(Stored items)
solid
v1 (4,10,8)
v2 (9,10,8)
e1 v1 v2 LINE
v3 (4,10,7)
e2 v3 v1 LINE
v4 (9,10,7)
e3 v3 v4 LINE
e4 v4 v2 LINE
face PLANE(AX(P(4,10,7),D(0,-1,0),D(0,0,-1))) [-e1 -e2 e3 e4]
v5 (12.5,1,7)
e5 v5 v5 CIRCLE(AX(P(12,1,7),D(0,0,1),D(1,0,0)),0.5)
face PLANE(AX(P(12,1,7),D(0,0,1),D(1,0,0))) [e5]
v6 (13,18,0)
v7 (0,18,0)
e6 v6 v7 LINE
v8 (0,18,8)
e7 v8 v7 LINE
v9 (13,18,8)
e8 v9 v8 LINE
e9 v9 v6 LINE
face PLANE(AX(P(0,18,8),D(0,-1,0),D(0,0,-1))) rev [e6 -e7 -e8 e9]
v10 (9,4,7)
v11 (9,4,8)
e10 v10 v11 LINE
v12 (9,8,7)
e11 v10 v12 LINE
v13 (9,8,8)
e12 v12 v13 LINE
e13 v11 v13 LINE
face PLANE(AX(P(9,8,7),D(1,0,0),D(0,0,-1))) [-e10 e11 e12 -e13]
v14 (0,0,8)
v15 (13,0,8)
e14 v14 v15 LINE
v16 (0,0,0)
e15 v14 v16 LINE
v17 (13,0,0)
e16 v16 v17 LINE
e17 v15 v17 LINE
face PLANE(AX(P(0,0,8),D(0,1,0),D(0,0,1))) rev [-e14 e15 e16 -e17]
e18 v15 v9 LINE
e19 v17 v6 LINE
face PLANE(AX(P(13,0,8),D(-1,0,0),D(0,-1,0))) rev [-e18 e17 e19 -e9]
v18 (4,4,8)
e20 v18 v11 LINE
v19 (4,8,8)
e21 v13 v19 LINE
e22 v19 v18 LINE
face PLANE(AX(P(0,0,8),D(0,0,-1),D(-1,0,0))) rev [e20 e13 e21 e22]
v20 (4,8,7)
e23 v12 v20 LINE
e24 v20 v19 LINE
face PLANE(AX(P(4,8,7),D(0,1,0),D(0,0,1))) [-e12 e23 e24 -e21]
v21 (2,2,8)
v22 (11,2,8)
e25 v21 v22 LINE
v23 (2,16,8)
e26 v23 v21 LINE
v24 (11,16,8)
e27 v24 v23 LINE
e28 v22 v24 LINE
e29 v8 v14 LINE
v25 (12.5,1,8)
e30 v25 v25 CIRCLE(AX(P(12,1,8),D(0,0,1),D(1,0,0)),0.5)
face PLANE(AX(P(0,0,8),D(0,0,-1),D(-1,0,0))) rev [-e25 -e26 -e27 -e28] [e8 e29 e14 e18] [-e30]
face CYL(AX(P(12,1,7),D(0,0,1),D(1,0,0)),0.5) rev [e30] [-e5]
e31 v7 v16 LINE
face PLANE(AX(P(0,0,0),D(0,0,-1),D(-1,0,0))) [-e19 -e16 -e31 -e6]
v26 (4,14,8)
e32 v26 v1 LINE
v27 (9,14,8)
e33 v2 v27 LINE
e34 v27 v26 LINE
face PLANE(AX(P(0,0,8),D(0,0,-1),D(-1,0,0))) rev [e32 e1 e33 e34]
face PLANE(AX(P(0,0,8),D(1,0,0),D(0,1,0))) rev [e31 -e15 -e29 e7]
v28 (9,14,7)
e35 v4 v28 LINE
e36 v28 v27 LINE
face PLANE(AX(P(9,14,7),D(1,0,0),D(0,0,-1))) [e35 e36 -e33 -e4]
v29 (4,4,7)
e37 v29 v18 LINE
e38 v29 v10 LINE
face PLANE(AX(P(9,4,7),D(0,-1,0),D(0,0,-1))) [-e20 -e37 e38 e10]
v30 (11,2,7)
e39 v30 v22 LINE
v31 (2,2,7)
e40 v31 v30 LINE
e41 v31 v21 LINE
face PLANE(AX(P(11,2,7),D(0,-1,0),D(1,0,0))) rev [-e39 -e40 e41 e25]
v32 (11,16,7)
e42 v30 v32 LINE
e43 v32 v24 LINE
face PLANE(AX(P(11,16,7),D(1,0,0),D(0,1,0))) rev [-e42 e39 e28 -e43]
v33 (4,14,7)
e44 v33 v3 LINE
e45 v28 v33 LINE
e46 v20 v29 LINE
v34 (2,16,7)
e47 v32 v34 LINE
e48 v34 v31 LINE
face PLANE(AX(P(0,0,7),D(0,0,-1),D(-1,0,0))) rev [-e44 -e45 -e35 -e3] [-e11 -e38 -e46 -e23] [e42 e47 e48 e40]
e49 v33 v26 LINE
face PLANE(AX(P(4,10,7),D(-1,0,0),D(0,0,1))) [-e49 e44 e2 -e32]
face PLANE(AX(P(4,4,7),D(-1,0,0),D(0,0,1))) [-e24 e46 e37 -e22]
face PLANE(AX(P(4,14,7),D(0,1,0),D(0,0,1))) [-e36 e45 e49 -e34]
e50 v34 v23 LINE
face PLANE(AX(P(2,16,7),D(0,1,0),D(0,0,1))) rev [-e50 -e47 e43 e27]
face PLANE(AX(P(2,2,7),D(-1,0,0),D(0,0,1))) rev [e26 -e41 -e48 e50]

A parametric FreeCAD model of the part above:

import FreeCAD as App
import Part
import Sketcher
from FreeCAD import Vector
Q = App.Units.Quantity

doc = App.newDocument("Part")
body = doc.addObject("PartDesign::Body", "Body")

sketch1 = body.newObject("Sketcher::SketchObject", "Sketch")
sketch1.AttachmentSupport = (doc.getObject("XY_Plane"), [""])
sketch1.MapMode = "FlatFace"
sketch1.addGeometry(Part.LineSegment(Vector(0, 18, 0), Vector(0, 0, 0)), False)
sketch1.addGeometry(Part.LineSegment(Vector(0, 0, 0), Vector(13, 0, 0)), False)
sketch1.addGeometry(Part.LineSegment(Vector(13, 0, 0), Vector(13, 18, 0)), False)
sketch1.addGeometry(Part.LineSegment(Vector(13, 18, 0), Vector(0, 18, 0)), False)
sketch1.addConstraint(Sketcher.Constraint("Coincident", 0, 2, 1, 1))
sketch1.addConstraint(Sketcher.Constraint("Coincident", 1, 2, 2, 1))
sketch1.addConstraint(Sketcher.Constraint("Coincident", 2, 2, 3, 1))
sketch1.addConstraint(Sketcher.Constraint("Coincident", 3, 2, 0, 1))
sketch1.addConstraint(Sketcher.Constraint("Vertical", 0))
sketch1.addConstraint(Sketcher.Constraint("Horizontal", 1))
sketch1.addConstraint(Sketcher.Constraint("Vertical", 2))
sketch1.addConstraint(Sketcher.Constraint("Horizontal", 3))
sketch1.addConstraint(Sketcher.Constraint("Coincident", 0, 2, -1, 1))
sketch1.addConstraint(Sketcher.Constraint("DistanceX", 1, 1, 1, 2, Q("13 mm")))
sketch1.addConstraint(Sketcher.Constraint("DistanceY", 0, 2, 0, 1, Q("18 mm")))
pad1 = body.newObject("PartDesign::Pad", "Pad")
pad1.Profile = sketch1
pad1.Length = 8

sketch2 = body.newObject("Sketcher::SketchObject", "Sketch001")
sketch2.AttachmentSupport = (doc.getObject("XY_Plane"), [""])
sketch2.MapMode = "FlatFace"
sketch2.AttachmentOffset = App.Placement(Vector(0, 0, 8), App.Rotation())
sketch2.addGeometry(Part.Circle(Vector(12, 1, 0), Vector(0, 0, 1), 0.5), False)
sketch2.addGeometry(Part.LineSegment(Vector(2, 16, 0), Vector(2, 2, 0)), False)
sketch2.addGeometry(Part.LineSegment(Vector(2, 2, 0), Vector(11, 2, 0)), False)
sketch2.addGeometry(Part.LineSegment(Vector(11, 2, 0), Vector(11, 16, 0)), False)
sketch2.addGeometry(Part.LineSegment(Vector(11, 16, 0), Vector(2, 16, 0)), False)
sketch2.addGeometry(Part.LineSegment(Vector(9, 4, 0), Vector(4, 4, 0)), False)
sketch2.addGeometry(Part.LineSegment(Vector(4, 4, 0), Vector(4, 8, 0)), False)
sketch2.addGeometry(Part.LineSegment(Vector(4, 8, 0), Vector(9, 8, 0)), False)
sketch2.addGeometry(Part.LineSegment(Vector(9, 8, 0), Vector(9, 4, 0)), False)
sketch2.addGeometry(Part.LineSegment(Vector(9, 10, 0), Vector(4, 10, 0)), False)
sketch2.addGeometry(Part.LineSegment(Vector(4, 10, 0), Vector(4, 14, 0)), False)
sketch2.addGeometry(Part.LineSegment(Vector(4, 14, 0), Vector(9, 14, 0)), False)
sketch2.addGeometry(Part.LineSegment(Vector(9, 14, 0), Vector(9, 10, 0)), False)
sketch2.addConstraint(Sketcher.Constraint("Coincident", 1, 2, 2, 1))
sketch2.addConstraint(Sketcher.Constraint("Coincident", 2, 2, 3, 1))
sketch2.addConstraint(Sketcher.Constraint("Coincident", 3, 2, 4, 1))
sketch2.addConstraint(Sketcher.Constraint("Coincident", 4, 2, 1, 1))
sketch2.addConstraint(Sketcher.Constraint("Coincident", 5, 2, 6, 1))
sketch2.addConstraint(Sketcher.Constraint("Coincident", 6, 2, 7, 1))
sketch2.addConstraint(Sketcher.Constraint("Coincident", 7, 2, 8, 1))
sketch2.addConstraint(Sketcher.Constraint("Coincident", 8, 2, 5, 1))
sketch2.addConstraint(Sketcher.Constraint("Coincident", 9, 2, 10, 1))
sketch2.addConstraint(Sketcher.Constraint("Coincident", 10, 2, 11, 1))
sketch2.addConstraint(Sketcher.Constraint("Coincident", 11, 2, 12, 1))
sketch2.addConstraint(Sketcher.Constraint("Coincident", 12, 2, 9, 1))
sketch2.addConstraint(Sketcher.Constraint("Vertical", 1))
sketch2.addConstraint(Sketcher.Constraint("Horizontal", 2))
sketch2.addConstraint(Sketcher.Constraint("Vertical", 3))
sketch2.addConstraint(Sketcher.Constraint("Horizontal", 4))
sketch2.addConstraint(Sketcher.Constraint("Horizontal", 5))
sketch2.addConstraint(Sketcher.Constraint("Vertical", 6))
sketch2.addConstraint(Sketcher.Constraint("Horizontal", 7))
sketch2.addConstraint(Sketcher.Constraint("Vertical", 8))
sketch2.addConstraint(Sketcher.Constraint("Horizontal", 9))
sketch2.addConstraint(Sketcher.Constraint("Vertical", 10))
sketch2.addConstraint(Sketcher.Constraint("Horizontal", 11))
sketch2.addConstraint(Sketcher.Constraint("Vertical", 12))
sketch2.addConstraint(Sketcher.Constraint("Vertical", 6, 2, 9, 2))
sketch2.addConstraint(Sketcher.Constraint("Vertical", 8, 2, 11, 2))
sketch2.addConstraint(Sketcher.Constraint("Equal", 8, 10))
sketch2.addConstraint(Sketcher.Constraint("Diameter", 0, Q("1 mm")))
sketch2.addConstraint(Sketcher.Constraint("DistanceX", 2, 1, 2, 2, Q("9 mm")))
sketch2.addConstraint(Sketcher.Constraint("DistanceX", 5, 2, 5, 1, Q("5 mm")))
sketch2.addConstraint(Sketcher.Constraint("DistanceY", 1, 2, 1, 1, Q("14 mm")))
sketch2.addConstraint(Sketcher.Constraint("DistanceY", 6, 1, 6, 2, Q("4 mm")))
sketch2.addConstraint(Sketcher.Constraint("DistanceX", -1, 1, 0, 3, Q("12 mm")))
sketch2.addConstraint(Sketcher.Constraint("DistanceY", -1, 1, 0, 3, Q("1 mm")))
sketch2.addConstraint(Sketcher.Constraint("DistanceX", -1, 1, 1, 2, Q("2 mm")))
sketch2.addConstraint(Sketcher.Constraint("DistanceY", -1, 1, 1, 2, Q("2 mm")))
sketch2.addConstraint(Sketcher.Constraint("DistanceX", -1, 1, 5, 2, Q("4 mm")))
sketch2.addConstraint(Sketcher.Constraint("DistanceY", -1, 1, 5, 2, Q("4 mm")))
sketch2.addConstraint(Sketcher.Constraint("DistanceY", -1, 1, 9, 2, Q("10 mm")))
pocket1 = body.newObject("PartDesign::Pocket", "Pocket")
pocket1.Profile = sketch2
pocket1.Length = 1

doc.recompute()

§ **WHAT YOU SHOULD DO**
From the first line of the entries above to the line with "e6 v6 v7 LINE", please return every line exactly, keeping both ends.

§ **EXERCISE RESULT**
solid
v1 (4,10,8)
v2 (9,10,8)
e1 v1 v2 LINE
v3 (4,10,7)
e2 v3 v1 LINE
v4 (9,10,7)
e3 v3 v4 LINE
e4 v4 v2 LINE
face PLANE(AX(P(4,10,7),D(0,-1,0),D(0,0,-1))) [-e1 -e2 e3 e4]
v5 (12.5,1,7)
e5 v5 v5 CIRCLE(AX(P(12,1,7),D(0,0,1),D(1,0,0)),0.5)
face PLANE(AX(P(12,1,7),D(0,0,1),D(1,0,0))) [e5]
v6 (13,18,0)
v7 (0,18,0)
e6 v6 v7 LINE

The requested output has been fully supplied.